The most notable voice refuting this opinion on Twitter was Yi Tay (founder of Reka.ai), who definitely does not belong to either of those categories!

Tay (ex. Google Brain) founded Reka.ai two years ago, and their latest multimodal language model is close to SOTA in performance.

https://x.com/YiTayML/status/1779895037335343521

This "n00b" seems to disagree with your sentiment on the importance on architecture: https://news.ycombinator.com/item?id=40155667
Unfortunately Google brain researchers have not yet discovered my brilliance, but if you read my argument it's about the data being much more important than the model. Granted transformers are a great model, but that doesn't refute my point.

Also arguments from authority are boring.

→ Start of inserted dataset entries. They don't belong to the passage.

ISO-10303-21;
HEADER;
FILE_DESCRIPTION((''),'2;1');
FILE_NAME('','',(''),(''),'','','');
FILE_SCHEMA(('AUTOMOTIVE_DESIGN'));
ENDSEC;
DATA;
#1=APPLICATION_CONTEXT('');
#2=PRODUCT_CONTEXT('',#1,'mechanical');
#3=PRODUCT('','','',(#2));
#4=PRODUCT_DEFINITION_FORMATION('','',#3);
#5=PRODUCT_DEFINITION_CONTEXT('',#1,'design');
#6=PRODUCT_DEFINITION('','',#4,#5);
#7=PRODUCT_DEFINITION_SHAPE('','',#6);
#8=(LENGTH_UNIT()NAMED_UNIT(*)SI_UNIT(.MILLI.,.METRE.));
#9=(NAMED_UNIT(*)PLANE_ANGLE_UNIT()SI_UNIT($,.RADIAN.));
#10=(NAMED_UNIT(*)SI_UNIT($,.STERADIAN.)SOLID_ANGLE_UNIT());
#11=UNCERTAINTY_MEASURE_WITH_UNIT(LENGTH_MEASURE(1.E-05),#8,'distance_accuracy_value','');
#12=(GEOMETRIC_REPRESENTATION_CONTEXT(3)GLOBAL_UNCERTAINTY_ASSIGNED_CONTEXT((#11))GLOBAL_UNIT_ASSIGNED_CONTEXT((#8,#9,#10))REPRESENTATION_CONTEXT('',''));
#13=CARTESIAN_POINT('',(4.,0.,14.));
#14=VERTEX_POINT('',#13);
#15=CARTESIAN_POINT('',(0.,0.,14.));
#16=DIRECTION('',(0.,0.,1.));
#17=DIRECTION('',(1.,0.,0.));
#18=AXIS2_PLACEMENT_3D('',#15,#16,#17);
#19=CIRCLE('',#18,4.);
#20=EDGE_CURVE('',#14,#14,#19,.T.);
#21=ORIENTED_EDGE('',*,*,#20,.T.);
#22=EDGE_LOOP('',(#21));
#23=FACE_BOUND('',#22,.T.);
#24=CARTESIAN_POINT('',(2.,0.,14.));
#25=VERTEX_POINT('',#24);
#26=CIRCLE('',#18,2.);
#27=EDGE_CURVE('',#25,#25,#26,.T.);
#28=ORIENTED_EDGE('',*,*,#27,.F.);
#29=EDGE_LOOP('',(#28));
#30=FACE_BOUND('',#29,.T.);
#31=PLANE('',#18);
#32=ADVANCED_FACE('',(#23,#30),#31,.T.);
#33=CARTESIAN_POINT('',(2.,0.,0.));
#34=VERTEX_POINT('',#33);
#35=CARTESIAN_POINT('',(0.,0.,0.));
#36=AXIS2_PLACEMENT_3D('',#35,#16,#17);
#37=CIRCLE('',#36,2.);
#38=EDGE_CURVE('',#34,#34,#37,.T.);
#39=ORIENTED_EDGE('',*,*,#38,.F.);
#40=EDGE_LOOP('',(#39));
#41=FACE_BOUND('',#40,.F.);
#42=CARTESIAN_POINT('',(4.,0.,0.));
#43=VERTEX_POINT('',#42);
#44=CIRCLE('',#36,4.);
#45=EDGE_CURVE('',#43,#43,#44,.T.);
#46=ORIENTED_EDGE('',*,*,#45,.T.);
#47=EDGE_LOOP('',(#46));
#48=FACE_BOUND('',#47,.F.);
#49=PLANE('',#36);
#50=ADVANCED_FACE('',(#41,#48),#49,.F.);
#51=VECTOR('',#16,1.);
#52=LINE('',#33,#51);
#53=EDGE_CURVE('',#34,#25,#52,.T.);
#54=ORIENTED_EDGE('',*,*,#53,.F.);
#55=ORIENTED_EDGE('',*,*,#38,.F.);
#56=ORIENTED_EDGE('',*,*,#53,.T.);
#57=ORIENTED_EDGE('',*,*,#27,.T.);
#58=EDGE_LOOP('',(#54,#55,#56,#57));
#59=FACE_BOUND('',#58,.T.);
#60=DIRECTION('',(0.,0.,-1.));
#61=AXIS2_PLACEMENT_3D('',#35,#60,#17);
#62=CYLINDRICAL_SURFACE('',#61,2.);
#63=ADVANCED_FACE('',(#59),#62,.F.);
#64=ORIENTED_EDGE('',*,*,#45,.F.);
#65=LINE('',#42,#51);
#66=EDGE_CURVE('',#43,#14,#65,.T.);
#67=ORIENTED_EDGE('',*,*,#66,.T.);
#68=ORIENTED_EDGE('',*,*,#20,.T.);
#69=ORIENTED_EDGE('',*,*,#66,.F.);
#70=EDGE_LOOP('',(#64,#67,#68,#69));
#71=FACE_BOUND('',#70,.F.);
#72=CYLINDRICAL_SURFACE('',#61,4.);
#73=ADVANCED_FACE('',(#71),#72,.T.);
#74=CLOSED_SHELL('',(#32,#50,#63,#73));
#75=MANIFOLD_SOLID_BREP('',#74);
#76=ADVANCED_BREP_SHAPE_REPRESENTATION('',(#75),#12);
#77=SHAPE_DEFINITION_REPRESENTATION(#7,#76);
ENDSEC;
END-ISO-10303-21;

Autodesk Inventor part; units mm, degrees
ref_plane "YZ Plane" through (0, 0, 0) normal (1, 0, 0) x (0, 1, 0)
ref_plane "XZ Plane" through (0, 0, 0) normal (0, 1, 0) x (-1, 0, 0)
ref_plane "XY Plane" through (0, 0, 0) normal (0, 0, 1) x (1, 0, 0)
sketch "スケッチ1" plane through (0, 0, 0) normal (0, 0, 1) x (1, 0, 0)
  circle A0 centre (0, 0) radius 4
  circle A1 centre (0, 0) radius 2
  dimension "d0" = 8
  dimension "d1" = 4
extrude "押し出し1" add sketch "スケッチ1" along normal blind 14
properties part number "スペーサーm3-14　簡易筒型" material "アルミニウム 2014-T4"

Why does it make you sad? It seems intuitiv and simple. And in reality of course the optimisation part is not trivial. What would we better if the "it" was more complicated?
It used to be that people would get into these fields thinking ML would need specifically human insights, deep thinking, and philosophical insights about the nature of consciousness.

You would get into natural language modelling because you had a deep love of language. Because you think you're close to figuring language out in a systematic way, with just a few years more study.

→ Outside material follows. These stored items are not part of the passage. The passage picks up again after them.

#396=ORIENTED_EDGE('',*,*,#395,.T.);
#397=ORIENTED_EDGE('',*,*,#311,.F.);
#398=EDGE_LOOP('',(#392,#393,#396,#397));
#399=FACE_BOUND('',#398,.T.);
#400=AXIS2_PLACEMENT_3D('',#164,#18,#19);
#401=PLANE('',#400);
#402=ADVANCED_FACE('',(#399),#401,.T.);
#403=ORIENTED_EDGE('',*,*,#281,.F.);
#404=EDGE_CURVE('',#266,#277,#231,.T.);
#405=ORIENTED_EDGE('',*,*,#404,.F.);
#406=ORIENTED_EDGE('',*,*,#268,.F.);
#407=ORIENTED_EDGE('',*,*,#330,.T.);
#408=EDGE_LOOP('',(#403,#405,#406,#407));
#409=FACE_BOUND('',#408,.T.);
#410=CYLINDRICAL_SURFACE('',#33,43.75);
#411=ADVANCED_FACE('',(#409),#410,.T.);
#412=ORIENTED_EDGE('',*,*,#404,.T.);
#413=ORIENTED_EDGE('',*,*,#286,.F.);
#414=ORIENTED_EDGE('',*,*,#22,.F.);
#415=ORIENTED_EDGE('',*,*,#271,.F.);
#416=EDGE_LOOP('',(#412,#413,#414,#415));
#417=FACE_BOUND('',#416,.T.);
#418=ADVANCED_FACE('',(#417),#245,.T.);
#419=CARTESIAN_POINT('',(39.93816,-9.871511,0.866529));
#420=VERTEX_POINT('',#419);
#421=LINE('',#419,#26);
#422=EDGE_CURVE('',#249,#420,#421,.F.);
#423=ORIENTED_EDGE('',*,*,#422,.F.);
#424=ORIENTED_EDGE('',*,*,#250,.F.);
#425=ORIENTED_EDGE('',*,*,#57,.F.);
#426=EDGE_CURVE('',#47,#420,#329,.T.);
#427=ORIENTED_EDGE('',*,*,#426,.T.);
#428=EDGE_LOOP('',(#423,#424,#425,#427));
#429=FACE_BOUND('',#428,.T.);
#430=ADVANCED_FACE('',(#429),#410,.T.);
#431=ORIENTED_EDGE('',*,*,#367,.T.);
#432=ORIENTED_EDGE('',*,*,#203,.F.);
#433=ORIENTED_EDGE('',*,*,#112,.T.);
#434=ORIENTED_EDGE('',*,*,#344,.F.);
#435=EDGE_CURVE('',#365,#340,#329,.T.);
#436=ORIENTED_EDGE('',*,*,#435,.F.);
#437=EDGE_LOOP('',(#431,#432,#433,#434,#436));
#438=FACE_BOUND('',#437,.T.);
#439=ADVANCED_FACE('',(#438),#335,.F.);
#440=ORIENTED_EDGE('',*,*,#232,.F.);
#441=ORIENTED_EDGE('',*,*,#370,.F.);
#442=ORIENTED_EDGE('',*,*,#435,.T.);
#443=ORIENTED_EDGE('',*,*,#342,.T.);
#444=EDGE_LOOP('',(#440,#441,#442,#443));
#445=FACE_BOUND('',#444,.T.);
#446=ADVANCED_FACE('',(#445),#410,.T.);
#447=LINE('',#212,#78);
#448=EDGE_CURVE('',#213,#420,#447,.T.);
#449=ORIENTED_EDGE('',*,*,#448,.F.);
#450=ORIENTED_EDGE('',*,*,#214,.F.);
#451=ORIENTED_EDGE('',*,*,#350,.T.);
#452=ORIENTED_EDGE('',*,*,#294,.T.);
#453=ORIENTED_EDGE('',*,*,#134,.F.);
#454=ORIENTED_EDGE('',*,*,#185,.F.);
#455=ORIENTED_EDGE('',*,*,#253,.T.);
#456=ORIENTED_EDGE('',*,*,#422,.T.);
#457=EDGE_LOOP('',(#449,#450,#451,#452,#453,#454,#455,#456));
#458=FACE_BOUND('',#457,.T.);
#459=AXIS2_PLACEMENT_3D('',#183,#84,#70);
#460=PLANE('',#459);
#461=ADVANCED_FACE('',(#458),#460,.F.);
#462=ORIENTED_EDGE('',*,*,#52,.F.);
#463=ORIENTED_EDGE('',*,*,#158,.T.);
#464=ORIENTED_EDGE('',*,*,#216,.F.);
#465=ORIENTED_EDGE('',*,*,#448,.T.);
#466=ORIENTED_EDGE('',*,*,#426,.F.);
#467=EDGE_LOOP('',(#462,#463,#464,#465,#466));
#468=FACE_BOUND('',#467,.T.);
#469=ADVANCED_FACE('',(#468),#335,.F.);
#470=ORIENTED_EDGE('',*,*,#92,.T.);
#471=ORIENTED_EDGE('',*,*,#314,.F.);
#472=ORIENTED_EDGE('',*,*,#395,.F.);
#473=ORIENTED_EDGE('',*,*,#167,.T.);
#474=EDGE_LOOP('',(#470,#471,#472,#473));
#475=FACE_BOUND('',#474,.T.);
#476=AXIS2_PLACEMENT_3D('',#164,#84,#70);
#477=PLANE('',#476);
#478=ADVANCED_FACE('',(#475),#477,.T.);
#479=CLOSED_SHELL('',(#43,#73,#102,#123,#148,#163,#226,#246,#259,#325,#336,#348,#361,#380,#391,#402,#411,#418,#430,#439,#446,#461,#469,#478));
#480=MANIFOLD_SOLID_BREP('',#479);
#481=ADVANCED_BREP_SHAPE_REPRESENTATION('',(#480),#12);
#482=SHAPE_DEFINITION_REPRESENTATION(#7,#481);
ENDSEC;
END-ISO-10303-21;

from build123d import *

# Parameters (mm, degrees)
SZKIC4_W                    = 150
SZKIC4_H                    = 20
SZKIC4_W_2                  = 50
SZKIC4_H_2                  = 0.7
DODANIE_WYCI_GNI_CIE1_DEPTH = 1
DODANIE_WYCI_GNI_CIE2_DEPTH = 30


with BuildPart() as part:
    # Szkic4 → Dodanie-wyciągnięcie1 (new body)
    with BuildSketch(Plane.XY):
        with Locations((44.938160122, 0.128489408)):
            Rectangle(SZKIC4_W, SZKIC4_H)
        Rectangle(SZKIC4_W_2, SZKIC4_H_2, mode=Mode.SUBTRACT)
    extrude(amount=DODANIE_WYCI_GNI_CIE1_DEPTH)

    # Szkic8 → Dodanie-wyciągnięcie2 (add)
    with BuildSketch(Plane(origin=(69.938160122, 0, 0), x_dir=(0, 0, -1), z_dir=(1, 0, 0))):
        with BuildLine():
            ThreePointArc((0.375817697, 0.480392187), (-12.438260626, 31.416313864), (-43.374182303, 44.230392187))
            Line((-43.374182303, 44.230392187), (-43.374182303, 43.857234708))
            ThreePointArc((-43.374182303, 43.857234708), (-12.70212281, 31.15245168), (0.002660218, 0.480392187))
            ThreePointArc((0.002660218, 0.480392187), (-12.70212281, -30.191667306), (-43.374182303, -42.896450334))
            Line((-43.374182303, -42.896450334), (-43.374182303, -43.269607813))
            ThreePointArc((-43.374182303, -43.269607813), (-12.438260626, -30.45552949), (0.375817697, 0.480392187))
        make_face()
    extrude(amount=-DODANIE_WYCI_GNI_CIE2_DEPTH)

There's a certain sadness, I think, in the revelation that the robots don't need the expertise of humanity's greatest experts and masters, they just need us to click all the squares that contain a motorcycle.

This is 100% not why I am sad, see my other reply for information.

As an aside, it's wild how people put their own spin onto what I said.

Obviously I should have been clearer :shrug:.

Well, you have to forgive some for making assumptions based on your choice of username…
Fair, I'm just generally disgruntled to be fair, the PhD was just the name of my soon abandoned blog.
> It used to be that people would get into these fields thinking ML would need specifically human insights, deep thinking, and philosophical insights about the nature of consciousness.

What's sadder is coming into a field pre-deciding that the way you approach it "is the right way" and can't tolerate that different mindsets can also get results.

How do you know? We’re not there yet.
Because of the way it's presented, as if it's some vast new discovery that OpenAI have made, rather than common wisdom.

It makes me sad when people rediscover things (with massive compute in this case), that were already known.

It's very much spend a year in the lab to save an hour in the library.

Possibly because being in the business of trying to turn iq edge into money, not data edge into money.